[Collected data entries]
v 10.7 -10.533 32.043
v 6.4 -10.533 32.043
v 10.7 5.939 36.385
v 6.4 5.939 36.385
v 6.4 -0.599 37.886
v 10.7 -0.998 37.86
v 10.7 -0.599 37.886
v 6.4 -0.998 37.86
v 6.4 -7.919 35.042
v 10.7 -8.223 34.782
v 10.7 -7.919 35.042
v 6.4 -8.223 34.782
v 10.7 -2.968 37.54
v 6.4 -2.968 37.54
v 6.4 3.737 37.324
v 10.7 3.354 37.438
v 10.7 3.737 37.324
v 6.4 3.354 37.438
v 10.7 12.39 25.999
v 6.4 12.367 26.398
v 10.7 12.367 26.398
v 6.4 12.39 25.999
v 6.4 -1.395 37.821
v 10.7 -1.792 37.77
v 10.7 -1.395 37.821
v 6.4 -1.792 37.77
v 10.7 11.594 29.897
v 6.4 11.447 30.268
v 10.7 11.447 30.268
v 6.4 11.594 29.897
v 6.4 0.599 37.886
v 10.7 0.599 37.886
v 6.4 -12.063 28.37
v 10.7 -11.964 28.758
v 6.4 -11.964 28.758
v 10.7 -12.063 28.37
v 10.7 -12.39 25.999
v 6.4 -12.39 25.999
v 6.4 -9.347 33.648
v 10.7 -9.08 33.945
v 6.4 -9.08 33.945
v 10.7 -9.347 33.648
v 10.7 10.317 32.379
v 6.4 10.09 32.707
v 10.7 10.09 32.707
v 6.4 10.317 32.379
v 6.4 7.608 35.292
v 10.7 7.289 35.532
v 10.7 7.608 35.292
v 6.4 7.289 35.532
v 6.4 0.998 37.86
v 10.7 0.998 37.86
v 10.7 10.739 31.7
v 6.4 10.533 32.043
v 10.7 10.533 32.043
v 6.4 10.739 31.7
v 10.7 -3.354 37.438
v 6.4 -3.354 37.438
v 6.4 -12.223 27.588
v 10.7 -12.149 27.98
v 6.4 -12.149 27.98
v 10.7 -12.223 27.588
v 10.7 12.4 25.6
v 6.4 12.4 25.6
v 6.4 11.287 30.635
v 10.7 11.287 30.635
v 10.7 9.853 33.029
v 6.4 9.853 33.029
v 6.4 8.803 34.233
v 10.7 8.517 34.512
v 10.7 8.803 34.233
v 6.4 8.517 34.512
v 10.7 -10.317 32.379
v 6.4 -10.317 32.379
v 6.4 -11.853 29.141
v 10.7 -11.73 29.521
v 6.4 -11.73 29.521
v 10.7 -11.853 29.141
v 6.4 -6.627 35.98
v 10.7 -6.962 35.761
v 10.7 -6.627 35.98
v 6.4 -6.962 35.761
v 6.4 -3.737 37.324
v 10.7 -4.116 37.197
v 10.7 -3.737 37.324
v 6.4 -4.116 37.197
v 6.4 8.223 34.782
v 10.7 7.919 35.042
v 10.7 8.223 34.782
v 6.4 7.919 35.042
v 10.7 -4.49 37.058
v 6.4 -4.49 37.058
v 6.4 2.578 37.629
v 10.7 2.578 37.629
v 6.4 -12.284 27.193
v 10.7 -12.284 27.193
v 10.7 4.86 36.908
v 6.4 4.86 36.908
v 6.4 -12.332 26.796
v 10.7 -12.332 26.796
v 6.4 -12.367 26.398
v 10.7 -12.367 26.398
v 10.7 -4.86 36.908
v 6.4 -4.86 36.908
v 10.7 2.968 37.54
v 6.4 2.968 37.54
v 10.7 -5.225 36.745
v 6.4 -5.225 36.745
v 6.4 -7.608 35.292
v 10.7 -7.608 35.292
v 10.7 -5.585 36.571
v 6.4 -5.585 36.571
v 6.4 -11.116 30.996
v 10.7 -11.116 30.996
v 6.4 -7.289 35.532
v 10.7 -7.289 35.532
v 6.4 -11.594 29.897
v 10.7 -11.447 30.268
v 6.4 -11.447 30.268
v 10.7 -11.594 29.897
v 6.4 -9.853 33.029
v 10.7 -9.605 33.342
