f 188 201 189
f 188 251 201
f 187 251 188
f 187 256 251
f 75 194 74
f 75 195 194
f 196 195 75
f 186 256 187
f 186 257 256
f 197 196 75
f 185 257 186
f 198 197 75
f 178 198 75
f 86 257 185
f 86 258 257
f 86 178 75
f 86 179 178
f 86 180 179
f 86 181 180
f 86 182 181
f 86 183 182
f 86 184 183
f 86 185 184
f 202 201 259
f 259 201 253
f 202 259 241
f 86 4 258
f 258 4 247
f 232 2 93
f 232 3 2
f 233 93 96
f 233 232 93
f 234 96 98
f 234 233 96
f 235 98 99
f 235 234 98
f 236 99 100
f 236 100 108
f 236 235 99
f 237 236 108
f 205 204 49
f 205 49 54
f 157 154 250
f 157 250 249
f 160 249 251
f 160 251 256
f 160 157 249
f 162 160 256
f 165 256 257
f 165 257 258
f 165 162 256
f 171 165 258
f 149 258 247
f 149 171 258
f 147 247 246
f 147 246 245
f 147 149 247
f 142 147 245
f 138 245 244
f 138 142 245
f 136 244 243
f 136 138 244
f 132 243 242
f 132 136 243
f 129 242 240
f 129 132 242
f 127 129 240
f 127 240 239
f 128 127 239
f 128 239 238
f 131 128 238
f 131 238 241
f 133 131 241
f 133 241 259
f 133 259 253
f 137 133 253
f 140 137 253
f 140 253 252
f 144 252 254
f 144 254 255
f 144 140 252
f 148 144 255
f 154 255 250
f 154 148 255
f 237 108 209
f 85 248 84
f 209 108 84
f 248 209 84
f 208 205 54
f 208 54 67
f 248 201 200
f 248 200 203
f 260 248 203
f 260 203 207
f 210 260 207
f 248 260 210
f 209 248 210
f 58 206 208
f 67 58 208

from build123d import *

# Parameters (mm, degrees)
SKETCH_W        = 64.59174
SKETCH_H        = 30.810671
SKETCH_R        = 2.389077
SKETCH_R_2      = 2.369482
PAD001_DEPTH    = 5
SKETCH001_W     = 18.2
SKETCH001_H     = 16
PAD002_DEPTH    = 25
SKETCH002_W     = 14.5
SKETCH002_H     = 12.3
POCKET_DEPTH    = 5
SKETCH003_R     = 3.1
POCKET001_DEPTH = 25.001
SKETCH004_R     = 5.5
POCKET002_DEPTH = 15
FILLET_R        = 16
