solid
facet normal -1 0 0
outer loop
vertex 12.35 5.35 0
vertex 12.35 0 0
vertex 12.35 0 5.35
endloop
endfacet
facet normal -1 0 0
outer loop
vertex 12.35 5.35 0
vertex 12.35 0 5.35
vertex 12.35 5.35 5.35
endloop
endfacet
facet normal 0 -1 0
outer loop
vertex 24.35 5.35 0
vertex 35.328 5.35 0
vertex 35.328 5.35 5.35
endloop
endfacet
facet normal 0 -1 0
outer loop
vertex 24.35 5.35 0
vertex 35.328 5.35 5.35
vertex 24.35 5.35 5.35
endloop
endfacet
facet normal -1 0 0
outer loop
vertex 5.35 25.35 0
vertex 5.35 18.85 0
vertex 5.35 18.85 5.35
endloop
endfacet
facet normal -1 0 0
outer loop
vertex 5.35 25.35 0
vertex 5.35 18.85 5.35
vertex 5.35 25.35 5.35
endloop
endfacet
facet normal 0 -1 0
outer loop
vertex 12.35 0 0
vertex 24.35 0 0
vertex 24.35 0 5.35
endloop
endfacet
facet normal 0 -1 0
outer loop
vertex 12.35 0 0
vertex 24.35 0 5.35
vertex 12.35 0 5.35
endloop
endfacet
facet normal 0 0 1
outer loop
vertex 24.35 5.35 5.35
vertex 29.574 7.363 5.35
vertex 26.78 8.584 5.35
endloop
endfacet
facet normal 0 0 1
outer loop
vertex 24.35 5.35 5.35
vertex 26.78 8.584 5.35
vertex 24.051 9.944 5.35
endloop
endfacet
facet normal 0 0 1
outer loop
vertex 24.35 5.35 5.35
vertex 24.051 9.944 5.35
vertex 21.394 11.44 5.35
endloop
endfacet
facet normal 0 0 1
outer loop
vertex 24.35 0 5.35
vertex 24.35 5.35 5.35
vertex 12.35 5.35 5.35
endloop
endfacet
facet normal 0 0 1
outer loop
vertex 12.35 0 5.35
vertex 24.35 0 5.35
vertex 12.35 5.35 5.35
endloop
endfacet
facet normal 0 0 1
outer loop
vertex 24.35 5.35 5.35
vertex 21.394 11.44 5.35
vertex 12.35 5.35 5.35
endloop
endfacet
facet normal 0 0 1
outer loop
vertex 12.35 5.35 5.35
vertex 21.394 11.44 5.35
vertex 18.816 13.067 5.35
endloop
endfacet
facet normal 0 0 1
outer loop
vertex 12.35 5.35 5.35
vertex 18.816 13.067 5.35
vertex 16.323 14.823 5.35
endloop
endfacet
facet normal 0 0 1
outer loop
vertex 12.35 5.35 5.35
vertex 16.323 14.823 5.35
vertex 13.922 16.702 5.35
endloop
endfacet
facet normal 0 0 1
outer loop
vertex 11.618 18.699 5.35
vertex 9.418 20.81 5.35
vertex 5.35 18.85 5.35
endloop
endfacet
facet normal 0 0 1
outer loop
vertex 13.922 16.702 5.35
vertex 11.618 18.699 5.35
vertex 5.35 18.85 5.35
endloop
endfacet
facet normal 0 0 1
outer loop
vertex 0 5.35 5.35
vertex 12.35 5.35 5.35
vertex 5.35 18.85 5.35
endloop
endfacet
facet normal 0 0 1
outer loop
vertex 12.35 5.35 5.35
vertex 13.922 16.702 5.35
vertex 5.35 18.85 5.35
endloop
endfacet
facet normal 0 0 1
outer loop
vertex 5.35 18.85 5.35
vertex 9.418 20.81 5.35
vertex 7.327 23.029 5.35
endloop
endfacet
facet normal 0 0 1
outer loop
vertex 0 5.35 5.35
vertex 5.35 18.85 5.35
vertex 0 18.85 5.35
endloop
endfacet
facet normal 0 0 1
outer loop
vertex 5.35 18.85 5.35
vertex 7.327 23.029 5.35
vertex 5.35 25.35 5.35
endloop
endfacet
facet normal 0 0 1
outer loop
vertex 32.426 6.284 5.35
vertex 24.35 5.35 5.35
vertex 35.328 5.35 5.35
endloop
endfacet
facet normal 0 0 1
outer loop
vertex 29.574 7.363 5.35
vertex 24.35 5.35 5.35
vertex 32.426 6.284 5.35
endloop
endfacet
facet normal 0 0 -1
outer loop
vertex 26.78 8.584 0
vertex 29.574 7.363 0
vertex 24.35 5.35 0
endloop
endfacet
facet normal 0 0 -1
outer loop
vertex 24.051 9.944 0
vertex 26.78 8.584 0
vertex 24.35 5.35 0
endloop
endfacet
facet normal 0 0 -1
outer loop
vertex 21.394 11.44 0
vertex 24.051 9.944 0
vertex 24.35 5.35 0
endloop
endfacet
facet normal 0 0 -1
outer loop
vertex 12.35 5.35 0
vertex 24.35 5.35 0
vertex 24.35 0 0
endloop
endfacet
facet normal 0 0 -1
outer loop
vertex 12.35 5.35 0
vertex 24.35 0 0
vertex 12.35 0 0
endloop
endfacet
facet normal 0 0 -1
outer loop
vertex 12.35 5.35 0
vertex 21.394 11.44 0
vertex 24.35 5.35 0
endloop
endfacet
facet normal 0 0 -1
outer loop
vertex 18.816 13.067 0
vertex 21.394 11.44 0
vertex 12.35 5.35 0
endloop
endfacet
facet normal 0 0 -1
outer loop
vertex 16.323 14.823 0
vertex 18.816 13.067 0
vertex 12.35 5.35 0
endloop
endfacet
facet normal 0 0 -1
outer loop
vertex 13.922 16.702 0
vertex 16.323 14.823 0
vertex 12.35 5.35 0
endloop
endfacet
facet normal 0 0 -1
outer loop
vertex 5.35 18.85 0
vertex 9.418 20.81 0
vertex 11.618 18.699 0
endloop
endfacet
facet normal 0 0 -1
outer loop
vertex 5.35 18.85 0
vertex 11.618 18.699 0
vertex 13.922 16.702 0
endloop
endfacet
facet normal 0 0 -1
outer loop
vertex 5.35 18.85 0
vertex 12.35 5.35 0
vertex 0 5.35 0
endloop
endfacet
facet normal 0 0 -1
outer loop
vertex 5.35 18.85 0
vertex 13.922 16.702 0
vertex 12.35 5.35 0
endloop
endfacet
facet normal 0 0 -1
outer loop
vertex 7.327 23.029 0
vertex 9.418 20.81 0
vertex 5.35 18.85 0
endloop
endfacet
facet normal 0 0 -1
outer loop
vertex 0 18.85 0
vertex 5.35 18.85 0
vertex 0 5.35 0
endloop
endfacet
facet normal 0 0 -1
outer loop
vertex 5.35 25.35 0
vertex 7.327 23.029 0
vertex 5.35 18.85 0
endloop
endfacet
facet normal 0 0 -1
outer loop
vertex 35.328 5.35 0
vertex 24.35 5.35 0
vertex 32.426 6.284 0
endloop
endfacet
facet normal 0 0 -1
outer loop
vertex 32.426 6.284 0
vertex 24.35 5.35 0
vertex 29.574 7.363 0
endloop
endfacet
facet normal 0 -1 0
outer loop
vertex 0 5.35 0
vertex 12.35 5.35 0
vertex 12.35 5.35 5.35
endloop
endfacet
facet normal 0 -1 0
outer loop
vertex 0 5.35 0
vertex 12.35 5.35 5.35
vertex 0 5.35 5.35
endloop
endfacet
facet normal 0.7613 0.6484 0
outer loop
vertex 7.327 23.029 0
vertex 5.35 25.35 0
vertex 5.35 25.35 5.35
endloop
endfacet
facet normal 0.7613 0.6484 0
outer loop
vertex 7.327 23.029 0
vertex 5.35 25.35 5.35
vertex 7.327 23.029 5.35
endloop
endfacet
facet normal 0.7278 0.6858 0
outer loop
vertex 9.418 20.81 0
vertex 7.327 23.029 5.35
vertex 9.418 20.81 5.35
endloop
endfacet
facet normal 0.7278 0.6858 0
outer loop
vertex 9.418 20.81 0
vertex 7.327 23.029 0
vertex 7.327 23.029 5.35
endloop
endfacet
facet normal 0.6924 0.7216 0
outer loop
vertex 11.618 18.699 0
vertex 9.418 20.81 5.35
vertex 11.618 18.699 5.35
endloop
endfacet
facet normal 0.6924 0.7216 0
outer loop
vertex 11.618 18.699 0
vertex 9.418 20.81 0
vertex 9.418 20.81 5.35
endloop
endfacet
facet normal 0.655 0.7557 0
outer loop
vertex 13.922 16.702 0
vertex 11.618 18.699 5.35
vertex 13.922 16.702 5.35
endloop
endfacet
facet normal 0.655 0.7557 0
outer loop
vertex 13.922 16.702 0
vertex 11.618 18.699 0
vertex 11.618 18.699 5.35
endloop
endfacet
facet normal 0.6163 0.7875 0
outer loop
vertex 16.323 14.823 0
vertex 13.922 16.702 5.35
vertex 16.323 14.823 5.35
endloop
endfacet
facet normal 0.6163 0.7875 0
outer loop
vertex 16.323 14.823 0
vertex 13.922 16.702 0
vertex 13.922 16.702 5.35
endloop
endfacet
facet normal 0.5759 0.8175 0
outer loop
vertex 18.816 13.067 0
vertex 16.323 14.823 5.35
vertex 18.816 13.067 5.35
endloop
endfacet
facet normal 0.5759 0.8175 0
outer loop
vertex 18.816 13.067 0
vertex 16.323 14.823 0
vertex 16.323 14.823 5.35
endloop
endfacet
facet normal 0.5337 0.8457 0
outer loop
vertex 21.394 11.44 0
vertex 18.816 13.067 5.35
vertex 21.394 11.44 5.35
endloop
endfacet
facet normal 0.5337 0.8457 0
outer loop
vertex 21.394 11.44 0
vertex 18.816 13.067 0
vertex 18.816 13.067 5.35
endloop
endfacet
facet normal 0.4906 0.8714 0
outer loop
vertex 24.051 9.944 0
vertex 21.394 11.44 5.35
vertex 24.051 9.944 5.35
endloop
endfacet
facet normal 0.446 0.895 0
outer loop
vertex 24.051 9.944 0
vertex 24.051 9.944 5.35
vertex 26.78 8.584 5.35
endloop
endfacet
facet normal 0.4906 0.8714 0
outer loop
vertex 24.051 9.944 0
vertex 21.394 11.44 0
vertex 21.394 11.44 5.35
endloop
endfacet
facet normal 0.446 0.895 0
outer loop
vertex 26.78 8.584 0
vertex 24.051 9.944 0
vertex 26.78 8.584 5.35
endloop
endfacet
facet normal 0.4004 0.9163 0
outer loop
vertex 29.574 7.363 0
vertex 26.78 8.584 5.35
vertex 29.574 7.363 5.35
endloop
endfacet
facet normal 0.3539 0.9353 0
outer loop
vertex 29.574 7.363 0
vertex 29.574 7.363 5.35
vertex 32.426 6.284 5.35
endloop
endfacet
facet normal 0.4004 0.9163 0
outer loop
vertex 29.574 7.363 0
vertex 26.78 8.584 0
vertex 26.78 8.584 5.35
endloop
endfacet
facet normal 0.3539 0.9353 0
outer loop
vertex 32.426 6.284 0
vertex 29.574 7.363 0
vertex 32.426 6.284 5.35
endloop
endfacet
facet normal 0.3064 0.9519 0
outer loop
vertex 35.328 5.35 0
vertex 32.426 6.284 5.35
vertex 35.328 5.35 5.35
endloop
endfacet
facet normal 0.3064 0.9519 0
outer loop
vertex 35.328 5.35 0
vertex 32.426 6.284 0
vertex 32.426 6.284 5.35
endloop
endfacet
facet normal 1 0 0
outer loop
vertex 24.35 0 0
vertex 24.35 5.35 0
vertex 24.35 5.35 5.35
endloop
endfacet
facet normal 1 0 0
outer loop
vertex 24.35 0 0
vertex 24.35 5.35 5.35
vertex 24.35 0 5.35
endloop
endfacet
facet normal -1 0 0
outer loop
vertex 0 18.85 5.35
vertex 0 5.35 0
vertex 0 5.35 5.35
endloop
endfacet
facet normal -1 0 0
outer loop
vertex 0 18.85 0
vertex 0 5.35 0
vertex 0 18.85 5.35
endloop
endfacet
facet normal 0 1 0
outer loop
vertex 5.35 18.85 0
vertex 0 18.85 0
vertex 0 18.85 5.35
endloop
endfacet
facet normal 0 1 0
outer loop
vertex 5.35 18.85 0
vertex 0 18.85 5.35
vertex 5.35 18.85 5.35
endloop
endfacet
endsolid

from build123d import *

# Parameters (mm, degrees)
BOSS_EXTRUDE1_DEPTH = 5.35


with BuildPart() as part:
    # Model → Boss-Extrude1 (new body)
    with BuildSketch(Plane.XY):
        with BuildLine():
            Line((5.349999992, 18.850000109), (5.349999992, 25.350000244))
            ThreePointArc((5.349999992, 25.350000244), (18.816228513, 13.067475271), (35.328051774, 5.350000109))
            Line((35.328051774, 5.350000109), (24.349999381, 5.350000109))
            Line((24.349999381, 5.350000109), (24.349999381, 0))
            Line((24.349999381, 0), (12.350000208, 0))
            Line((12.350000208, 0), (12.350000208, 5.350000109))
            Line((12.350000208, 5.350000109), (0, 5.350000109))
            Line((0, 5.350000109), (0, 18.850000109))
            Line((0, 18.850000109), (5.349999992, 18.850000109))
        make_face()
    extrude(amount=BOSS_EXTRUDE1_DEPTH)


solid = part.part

==

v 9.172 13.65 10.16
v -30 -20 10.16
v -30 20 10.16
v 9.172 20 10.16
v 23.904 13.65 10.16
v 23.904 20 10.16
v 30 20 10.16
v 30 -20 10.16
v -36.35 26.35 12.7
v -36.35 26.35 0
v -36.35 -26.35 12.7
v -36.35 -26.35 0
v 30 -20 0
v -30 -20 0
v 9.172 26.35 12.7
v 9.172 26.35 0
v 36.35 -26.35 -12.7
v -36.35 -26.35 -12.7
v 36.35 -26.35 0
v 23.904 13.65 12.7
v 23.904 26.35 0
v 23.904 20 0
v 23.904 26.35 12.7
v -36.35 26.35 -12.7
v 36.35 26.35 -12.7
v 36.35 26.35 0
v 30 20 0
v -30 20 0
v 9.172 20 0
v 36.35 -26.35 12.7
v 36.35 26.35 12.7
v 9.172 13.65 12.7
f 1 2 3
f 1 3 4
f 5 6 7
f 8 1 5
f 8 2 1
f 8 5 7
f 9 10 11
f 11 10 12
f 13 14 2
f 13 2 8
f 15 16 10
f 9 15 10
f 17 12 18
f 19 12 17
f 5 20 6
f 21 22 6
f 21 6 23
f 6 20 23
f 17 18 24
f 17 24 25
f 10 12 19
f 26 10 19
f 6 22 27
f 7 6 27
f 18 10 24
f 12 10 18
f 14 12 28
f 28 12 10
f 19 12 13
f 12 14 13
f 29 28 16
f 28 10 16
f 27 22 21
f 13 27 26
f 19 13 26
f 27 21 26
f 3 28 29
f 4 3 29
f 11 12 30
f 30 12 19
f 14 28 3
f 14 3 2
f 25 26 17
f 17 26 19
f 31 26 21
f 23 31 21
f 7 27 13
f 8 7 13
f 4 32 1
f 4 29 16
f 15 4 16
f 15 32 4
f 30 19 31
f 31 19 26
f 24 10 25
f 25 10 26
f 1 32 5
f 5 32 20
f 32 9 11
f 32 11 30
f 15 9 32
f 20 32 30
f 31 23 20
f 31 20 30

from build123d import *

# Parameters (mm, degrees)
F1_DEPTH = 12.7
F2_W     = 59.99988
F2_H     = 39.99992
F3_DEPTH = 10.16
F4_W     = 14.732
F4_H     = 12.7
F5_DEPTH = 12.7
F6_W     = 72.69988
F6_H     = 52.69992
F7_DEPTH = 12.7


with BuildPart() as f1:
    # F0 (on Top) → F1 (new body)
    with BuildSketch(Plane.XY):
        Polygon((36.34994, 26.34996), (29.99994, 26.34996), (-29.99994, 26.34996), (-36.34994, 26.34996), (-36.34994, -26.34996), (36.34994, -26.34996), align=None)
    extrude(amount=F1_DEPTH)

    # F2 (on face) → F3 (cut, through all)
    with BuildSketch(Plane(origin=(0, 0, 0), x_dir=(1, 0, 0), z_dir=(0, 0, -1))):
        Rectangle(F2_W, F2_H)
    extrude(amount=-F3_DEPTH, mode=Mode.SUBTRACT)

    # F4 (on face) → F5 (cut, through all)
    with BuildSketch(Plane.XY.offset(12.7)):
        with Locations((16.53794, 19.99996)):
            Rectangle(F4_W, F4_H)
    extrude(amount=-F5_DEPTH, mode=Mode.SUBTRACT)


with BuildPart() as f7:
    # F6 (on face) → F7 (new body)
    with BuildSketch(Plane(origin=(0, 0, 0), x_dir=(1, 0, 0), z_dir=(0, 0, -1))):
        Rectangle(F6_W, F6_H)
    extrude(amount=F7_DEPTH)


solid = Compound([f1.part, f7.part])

...

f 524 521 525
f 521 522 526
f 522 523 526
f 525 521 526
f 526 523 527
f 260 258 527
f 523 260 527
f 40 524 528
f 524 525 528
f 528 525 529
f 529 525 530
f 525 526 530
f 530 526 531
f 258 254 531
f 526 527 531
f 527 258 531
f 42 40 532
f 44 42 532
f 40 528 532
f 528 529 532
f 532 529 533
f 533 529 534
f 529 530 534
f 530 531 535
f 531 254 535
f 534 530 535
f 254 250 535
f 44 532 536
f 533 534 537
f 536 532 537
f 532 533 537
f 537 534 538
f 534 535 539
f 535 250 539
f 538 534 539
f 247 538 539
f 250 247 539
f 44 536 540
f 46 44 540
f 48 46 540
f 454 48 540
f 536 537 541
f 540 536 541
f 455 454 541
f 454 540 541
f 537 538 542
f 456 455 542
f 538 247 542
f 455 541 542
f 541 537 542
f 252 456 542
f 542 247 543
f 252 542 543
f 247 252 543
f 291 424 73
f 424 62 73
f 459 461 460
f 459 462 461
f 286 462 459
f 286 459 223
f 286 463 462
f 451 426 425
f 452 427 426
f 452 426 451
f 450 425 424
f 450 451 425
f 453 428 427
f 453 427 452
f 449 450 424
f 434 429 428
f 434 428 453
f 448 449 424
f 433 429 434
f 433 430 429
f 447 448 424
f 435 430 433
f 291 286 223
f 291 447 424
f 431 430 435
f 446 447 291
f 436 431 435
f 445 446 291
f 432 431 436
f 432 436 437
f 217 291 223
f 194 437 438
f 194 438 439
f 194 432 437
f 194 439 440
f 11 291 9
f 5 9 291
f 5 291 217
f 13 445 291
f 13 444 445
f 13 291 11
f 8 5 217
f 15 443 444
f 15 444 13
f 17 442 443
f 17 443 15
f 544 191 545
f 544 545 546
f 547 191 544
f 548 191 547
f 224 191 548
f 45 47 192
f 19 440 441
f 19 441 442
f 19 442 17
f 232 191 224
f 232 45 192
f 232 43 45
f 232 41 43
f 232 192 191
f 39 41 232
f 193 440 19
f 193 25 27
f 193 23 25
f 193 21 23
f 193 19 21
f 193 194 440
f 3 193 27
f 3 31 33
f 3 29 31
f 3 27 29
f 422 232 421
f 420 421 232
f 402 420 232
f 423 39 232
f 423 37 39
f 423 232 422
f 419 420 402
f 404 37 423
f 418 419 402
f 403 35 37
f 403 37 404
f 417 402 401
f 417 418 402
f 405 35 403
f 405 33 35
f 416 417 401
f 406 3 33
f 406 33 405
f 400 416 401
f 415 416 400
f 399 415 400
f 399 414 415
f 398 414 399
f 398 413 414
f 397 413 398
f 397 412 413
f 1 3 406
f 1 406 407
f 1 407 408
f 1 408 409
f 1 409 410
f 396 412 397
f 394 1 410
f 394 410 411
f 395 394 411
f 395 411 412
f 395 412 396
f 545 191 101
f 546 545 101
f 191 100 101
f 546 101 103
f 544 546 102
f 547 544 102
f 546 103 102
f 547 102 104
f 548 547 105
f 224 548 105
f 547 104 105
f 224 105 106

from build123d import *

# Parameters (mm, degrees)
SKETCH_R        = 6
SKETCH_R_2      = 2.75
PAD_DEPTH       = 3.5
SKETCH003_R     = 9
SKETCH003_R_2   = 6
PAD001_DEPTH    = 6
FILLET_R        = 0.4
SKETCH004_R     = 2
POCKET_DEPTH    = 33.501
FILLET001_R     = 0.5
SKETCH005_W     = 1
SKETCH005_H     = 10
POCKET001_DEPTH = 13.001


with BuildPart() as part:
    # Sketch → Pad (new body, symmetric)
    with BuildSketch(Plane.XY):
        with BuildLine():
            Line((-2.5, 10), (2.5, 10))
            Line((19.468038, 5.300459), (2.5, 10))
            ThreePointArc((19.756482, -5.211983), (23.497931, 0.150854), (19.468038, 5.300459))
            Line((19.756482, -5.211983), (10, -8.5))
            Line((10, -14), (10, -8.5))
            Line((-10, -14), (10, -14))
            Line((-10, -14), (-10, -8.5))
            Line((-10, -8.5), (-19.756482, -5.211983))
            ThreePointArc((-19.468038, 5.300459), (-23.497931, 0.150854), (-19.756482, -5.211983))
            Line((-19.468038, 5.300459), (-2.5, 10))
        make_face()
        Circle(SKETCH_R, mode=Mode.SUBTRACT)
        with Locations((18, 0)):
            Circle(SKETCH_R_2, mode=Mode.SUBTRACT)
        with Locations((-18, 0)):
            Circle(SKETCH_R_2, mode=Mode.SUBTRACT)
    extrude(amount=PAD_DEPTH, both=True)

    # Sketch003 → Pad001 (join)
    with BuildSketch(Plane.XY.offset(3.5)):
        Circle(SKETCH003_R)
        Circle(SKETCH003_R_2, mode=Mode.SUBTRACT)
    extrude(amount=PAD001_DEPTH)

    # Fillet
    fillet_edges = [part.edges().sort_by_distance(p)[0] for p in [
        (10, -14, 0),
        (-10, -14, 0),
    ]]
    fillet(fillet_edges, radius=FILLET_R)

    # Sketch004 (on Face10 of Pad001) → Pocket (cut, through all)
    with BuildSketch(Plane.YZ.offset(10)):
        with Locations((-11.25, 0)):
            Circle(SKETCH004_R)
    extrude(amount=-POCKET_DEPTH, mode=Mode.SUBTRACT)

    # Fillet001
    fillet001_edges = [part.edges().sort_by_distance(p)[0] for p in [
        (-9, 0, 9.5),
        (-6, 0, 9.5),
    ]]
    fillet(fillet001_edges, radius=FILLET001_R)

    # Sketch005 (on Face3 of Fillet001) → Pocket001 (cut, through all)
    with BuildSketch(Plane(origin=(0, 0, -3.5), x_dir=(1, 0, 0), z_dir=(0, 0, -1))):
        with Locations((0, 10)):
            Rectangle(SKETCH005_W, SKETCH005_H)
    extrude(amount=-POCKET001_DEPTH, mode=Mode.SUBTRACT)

* Exercise description: Please reproduce the lines from the line with "f 399 415 400" to the line with "f 544 546 102", both ends included, exactly as they appear above.

* Response area:
f 399 415 400
f 399 414 415
f 398 414 399
f 398 413 414
f 397 413 398
f 397 412 413
f 1 3 406
f 1 406 407
f 1 407 408
f 1 408 409
f 1 409 410
f 396 412 397
f 394 1 410
f 394 410 411
f 395 394 411
f 395 411 412
f 395 412 396
f 545 191 101
f 546 545 101
f 191 100 101
f 546 101 103
f 544 546 102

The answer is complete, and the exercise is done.